_WHAT THE TASK REQUIRES:_
Among the lines of data below, reproduce only those from the one with "#265=ORIENTED_EDGE('',*,*,#209,.F.);" through the one with "#272=FACE_BOUND('',#271,.T.);", exactly as they stand, both ends included.

---------- MATERIAL SHOWN ----------

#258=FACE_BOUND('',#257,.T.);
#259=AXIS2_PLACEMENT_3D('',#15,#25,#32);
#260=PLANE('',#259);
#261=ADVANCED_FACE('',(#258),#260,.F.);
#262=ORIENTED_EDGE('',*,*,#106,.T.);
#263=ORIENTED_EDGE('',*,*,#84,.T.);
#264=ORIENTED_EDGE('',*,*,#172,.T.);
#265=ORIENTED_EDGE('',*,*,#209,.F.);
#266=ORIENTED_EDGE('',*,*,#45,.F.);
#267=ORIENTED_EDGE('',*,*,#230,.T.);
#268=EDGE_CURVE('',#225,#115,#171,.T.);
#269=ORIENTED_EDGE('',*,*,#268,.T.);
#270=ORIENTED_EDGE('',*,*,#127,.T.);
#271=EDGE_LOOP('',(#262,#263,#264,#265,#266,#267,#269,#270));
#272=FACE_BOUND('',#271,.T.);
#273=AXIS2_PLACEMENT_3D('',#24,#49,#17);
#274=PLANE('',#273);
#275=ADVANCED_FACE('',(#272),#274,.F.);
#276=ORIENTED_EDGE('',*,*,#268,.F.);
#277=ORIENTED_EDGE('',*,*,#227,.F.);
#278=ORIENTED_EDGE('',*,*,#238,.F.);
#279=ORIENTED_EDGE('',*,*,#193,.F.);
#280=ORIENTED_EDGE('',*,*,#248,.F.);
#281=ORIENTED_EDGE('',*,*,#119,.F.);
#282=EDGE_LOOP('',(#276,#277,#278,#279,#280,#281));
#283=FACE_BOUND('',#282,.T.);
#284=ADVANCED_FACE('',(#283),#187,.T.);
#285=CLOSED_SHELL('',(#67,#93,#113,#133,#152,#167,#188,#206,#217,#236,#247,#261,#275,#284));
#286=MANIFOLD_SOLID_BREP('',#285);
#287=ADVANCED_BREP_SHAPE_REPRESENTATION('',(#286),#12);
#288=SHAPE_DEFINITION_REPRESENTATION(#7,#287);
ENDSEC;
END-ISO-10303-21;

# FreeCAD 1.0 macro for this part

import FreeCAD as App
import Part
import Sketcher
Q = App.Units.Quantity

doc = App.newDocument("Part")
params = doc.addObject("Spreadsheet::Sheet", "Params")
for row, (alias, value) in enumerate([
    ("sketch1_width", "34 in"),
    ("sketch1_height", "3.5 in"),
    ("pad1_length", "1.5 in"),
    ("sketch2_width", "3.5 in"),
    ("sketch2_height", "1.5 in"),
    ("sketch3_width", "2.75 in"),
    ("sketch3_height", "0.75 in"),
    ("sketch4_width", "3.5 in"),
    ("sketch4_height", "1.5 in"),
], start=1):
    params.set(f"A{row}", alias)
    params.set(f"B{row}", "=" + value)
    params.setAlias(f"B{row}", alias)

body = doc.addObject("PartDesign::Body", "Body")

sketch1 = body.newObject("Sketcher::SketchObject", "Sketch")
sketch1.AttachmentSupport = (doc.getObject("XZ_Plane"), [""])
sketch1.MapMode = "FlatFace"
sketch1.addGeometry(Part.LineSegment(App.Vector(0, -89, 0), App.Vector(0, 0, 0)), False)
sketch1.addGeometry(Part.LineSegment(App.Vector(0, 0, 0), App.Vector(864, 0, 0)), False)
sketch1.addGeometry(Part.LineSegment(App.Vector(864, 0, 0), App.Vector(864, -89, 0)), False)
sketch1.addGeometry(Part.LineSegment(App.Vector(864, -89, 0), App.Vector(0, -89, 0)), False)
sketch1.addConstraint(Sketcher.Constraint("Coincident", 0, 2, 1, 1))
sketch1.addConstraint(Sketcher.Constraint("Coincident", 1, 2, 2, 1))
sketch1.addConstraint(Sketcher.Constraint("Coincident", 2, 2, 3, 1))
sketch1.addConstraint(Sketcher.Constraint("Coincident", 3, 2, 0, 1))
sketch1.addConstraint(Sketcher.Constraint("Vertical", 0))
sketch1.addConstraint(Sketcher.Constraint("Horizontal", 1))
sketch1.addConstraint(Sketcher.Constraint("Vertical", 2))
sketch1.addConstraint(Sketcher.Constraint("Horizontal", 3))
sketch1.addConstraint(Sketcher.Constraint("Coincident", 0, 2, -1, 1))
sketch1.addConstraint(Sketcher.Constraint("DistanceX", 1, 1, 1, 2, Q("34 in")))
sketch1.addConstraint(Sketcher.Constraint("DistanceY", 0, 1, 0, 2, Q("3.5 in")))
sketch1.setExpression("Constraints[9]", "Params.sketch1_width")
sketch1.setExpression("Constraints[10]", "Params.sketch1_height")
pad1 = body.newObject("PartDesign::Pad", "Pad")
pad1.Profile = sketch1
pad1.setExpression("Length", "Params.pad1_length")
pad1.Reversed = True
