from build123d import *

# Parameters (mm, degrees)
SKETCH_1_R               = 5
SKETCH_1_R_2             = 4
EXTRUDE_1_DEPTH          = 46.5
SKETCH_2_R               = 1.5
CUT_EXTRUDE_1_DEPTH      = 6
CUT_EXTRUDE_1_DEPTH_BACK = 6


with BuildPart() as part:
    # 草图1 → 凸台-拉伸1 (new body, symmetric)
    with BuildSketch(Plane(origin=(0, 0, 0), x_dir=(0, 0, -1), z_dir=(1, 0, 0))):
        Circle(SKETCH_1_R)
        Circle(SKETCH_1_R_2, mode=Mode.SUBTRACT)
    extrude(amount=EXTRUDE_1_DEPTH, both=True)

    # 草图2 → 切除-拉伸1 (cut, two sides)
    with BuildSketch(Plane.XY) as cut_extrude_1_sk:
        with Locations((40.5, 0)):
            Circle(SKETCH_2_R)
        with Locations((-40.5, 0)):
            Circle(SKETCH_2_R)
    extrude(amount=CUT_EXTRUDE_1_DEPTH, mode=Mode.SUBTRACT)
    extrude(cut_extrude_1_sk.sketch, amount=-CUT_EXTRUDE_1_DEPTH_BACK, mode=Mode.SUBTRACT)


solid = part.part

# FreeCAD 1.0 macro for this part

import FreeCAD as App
import Part
import Sketcher

V = App.Vector
Q = App.Units.Quantity

doc = App.newDocument("Part")
body = doc.addObject("PartDesign::Body", "Body")

# Sketch on YZ plane
sketch1 = doc.addObject("Sketcher::SketchObject", "Sketch")
body.addObject(sketch1)
sketch1.AttachmentSupport = (doc.YZ_Plane, [""])
sketch1.MapMode = "FlatFace"
sketch1.addGeometry(Part.Circle(V(0, 0, 0), V(0, 0, 1), 5), False)
sketch1.addGeometry(Part.Circle(V(0, 0, 0), V(0, 0, 1), 4), False)
sketch1.addConstraint(Sketcher.Constraint("Coincident", 0, 3, -1, 1))
sketch1.addConstraint(Sketcher.Constraint("Coincident", 1, 3, -1, 1))
sketch1.addConstraint(Sketcher.Constraint("Diameter", 0, Q("10 mm")))
sketch1.addConstraint(Sketcher.Constraint("Diameter", 1, Q("8 mm")))
pad1 = doc.addObject("PartDesign::Pad", "Pad")
body.addObject(pad1)
pad1.Profile = sketch1
pad1.Length = 93
pad1.Midplane = True

# Sketch on XY plane
sketch2 = doc.addObject("Sketcher::SketchObject", "Sketch001")
body.addObject(sketch2)
sketch2.AttachmentSupport = (doc.XY_Plane, [""])
sketch2.MapMode = "FlatFace"
sketch2.addGeometry(Part.Circle(V(40.5, 0, 0), V(0, 0, 1), 1.5), False)
sketch2.addGeometry(Part.Circle(V(-40.5, 0, 0), V(0, 0, 1), 1.5), False)
sketch2.addConstraint(Sketcher.Constraint("Equal", 0, 1))
sketch2.addConstraint(Sketcher.Constraint("Symmetric", 0, 3, 1, 3, -1, 1))
sketch2.addConstraint(Sketcher.Constraint("PointOnObject", 0, 3, -1))
sketch2.addConstraint(Sketcher.Constraint("Diameter", 0, Q("3 mm")))
sketch2.addConstraint(Sketcher.Constraint("DistanceX", 1, 3, 0, 3, Q("81 mm")))
pocket1 = doc.addObject("PartDesign::Pocket", "Pocket")
body.addObject(pocket1)
pocket1.Profile = sketch2
pocket1.Type = "ThroughAll"
pocket1.Midplane = True

doc.recompute()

----------

_EXERCISE RESPONSE:_
#265=ORIENTED_EDGE('',*,*,#209,.F.);
#266=ORIENTED_EDGE('',*,*,#45,.F.);
#267=ORIENTED_EDGE('',*,*,#230,.T.);
#268=EDGE_CURVE('',#225,#115,#171,.T.);
#269=ORIENTED_EDGE('',*,*,#268,.T.);
#270=ORIENTED_EDGE('',*,*,#127,.T.);
#271=EDGE_LOOP('',(#262,#263,#264,#265,#266,#267,#269,#270));
#272=FACE_BOUND('',#271,.T.);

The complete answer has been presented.